他把雪茄叼回嘴里,看向里奥。
里奥直接走到他面前,压低了声音。
“因为华盛顿已经不看好实业了,看看这次他们对待断供的态度。白宫的那帮幕僚宁愿看着匹兹堡的药房关门,也要保住辉瑞和强生的定价权。”
“这背后的逻辑非常简单,在现在的资本架构里,医药和金融的收割效率远高于你们这种流汗的行业,他们已经把医药和保险变成了某种金融衍生品,把你们这些挖煤和发电的看作是可以随时牺牲的过时产能。”
“看看数据吧。”
“医药行业的平均利润率是能源行业的两倍,游说预算是你们的三倍。”
“在国会山,他们的声音比你们大。在税法里,他们的漏洞比你们多。”
里奥继续说道:“我的药品透明法案本质上是在帮你们这些实业商削减行政成本。每一分被挤掉的医药泡沫,最终都会变成工人的医疗保险盈余。”
“那意味着工厂的用工成本会下降,你们的利润会提高。”
“但是,那些药企不愿意吐出这块肉。”
“他们宁愿饿死匹兹堡,宁愿让宾夕法尼亚的工业复兴计划流产,也要保住他们的超额利润。”
“他们在吸你们的血,斯特林先生。”
“他们在用你们的电,你们的气,生产出天价的药,然后反过来用这笔钱在华盛顿收买议员,制定对你们不利的政策。”
“我们要搞清楚到底是谁在养活美国。
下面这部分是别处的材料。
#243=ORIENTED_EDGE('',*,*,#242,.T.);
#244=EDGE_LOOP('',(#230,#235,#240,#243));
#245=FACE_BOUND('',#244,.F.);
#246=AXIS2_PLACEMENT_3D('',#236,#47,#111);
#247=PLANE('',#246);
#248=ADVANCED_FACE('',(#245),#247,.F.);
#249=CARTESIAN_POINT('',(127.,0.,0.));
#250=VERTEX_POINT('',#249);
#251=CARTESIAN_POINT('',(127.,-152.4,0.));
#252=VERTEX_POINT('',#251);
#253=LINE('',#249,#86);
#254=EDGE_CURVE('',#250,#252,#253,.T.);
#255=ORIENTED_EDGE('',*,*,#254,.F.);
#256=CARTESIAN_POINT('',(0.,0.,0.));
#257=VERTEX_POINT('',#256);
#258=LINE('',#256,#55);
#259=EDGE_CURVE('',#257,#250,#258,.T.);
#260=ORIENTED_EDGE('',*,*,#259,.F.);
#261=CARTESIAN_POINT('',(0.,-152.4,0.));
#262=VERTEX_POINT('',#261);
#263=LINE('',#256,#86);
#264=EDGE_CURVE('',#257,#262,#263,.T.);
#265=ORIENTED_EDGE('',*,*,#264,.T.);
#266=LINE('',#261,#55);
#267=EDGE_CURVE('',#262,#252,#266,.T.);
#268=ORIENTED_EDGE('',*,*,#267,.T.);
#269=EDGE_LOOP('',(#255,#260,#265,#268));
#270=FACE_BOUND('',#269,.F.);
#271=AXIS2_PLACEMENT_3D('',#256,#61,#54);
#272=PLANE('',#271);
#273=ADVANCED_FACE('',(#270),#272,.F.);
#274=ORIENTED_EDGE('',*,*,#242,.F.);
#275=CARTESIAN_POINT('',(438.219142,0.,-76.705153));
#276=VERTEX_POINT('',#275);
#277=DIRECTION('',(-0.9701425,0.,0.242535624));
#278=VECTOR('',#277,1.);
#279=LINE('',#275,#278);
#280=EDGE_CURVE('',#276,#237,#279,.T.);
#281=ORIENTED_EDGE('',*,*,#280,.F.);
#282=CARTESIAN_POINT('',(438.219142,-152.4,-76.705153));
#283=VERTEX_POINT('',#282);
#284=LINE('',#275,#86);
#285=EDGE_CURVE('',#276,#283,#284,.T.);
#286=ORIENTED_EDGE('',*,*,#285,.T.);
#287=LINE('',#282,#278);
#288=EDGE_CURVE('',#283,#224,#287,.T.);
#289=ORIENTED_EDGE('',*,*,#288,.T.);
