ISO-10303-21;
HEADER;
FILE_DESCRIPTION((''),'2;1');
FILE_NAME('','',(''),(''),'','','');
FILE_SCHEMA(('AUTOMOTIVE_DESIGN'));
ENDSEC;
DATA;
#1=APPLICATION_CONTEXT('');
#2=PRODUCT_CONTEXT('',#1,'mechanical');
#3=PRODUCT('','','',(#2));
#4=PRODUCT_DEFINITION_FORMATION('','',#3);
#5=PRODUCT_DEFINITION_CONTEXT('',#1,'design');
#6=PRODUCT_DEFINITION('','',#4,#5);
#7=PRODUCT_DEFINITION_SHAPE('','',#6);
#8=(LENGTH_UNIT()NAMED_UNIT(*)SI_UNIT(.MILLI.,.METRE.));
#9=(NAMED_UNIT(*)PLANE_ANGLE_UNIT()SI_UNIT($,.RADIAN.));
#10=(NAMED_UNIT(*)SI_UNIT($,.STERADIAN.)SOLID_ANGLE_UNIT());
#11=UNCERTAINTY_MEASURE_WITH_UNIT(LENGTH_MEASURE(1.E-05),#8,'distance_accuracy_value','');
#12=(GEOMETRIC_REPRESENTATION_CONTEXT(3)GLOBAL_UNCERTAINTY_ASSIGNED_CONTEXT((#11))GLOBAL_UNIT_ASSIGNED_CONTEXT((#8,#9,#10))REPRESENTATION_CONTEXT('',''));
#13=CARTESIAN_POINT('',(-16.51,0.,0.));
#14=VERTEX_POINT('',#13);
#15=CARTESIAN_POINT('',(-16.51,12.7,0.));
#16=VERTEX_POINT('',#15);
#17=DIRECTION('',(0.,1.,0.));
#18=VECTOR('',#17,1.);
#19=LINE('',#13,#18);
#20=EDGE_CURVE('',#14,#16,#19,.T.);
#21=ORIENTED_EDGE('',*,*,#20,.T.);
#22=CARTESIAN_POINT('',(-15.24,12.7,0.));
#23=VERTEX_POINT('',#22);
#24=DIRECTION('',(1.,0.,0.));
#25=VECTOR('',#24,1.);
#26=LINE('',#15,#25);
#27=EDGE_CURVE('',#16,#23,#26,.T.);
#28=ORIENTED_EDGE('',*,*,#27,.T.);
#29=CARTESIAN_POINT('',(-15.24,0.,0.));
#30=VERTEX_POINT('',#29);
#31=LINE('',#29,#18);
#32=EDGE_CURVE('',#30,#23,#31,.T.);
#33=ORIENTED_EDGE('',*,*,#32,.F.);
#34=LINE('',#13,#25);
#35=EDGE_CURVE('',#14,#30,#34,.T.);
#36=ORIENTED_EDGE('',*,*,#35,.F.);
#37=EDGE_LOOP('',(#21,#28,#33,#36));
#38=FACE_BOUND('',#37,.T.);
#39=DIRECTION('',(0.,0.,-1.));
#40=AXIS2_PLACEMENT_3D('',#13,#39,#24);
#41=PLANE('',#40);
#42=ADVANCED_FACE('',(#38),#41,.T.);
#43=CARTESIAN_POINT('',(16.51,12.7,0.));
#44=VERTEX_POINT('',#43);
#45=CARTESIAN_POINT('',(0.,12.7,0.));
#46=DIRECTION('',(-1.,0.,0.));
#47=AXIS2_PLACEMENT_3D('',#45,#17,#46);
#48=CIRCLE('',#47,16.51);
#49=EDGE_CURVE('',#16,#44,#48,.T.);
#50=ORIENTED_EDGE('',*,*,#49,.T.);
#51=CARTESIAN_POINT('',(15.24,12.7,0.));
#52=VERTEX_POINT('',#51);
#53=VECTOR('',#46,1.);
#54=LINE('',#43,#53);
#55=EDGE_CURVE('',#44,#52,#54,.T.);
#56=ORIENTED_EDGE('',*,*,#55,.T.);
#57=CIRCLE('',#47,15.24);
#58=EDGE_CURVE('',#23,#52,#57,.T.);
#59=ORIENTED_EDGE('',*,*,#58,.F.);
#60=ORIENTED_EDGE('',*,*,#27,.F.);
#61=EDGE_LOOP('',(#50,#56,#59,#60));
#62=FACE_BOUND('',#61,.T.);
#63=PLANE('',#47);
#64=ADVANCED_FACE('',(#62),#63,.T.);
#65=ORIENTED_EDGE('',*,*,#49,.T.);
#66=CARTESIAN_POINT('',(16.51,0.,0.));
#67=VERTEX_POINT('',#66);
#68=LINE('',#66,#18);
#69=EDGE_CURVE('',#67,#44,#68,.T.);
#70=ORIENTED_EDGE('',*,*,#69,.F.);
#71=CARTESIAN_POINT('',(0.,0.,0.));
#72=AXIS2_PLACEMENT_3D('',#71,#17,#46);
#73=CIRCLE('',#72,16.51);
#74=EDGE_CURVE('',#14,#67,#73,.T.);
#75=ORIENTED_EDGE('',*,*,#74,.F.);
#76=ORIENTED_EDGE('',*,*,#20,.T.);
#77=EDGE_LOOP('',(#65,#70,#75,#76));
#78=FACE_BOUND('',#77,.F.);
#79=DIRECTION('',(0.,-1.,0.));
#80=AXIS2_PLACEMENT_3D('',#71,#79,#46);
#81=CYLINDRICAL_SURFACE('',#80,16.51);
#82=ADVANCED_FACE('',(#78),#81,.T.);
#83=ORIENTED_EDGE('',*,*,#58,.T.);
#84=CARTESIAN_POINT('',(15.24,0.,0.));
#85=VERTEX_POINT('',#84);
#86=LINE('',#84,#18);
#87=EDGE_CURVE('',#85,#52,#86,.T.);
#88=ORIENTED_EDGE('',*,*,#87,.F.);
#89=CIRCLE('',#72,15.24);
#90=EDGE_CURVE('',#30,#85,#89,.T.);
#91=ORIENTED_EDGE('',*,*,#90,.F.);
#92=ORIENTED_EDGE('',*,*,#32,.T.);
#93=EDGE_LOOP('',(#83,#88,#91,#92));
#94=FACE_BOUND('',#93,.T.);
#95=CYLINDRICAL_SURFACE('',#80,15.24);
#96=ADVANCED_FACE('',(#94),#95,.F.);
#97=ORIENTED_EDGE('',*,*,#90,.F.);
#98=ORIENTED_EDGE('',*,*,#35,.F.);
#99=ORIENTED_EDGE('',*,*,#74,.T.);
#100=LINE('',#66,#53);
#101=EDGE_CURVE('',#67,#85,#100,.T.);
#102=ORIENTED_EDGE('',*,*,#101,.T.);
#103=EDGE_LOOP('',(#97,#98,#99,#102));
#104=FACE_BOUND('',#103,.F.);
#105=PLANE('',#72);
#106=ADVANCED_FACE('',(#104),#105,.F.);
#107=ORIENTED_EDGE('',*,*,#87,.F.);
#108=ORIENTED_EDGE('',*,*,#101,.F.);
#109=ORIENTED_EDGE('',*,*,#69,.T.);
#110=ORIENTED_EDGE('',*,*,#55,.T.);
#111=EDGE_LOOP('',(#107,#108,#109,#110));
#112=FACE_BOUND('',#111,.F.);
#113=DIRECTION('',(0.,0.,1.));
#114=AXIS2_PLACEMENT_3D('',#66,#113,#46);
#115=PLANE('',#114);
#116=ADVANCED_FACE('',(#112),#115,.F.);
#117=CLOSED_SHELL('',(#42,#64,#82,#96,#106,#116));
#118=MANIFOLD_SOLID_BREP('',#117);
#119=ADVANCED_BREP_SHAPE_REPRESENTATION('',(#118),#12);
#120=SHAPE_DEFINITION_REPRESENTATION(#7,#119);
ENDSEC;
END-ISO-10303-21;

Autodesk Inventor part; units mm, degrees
ref_plane "YZ Plane" through (0, 0, 0) normal (1, 0, 0) x (0, 1, 0)
ref_plane "XZ Plane" through (0, 0, 0) normal (0, 1, 0) x (-1, 0, 0)
ref_plane "XY Plane" through (0, 0, 0) normal (0, 0, 1) x (1, 0, 0)
sketch "Sketch1" plane through (0, 0, 0) normal (0, 1, 0) x (-1, 0, 0)
  arc A0 (15.24, 0) -> (-15.24, 0) centre (0, 0) ccw
  arc A1 (16.51, 0) -> (-16.51, 0) centre (0, 0) ccw
  line L0 (16.51, 0) -> (15.24, 0)
  line L1 (-16.51, 0) -> (-15.24, 0)
  dimension "d0" = 30.48
  dimension "d1" = 33.02
extrude "Extrusion1" add sketch "Sketch1" along normal blind 12.7
properties part number "Pressure_seal"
”
里奥继续鼓动着斯特林:“是那些坐在恒温办公室里倒卖专利、靠收割病人致富的医药买办?还是我们这些顶着风雪挖煤、发电、建工厂的实业家?”
“既然华盛顿的官僚和药企金主们锁死了宾州的生路,那么宾州作为能源产地,有权优先保障本地工业安全。”
里奥的话戳中了斯特林的痛点。
确实,在过去的十年里,能源行业在华盛顿的日子越来越难过。
环保法规层出不穷,碳税压力越来越大,而医药巨头们却混得风生水起。
虽然里奥的话很有煽动性,但斯特林还是笑了笑:“里奥,我不是第一天跟医药行业打交道了。”
斯特林向后靠在椅背上。
“我很清楚你现在的处境,你的那个《药品福利透明与公平法案》虽然是个好东西,但你太贪心了。”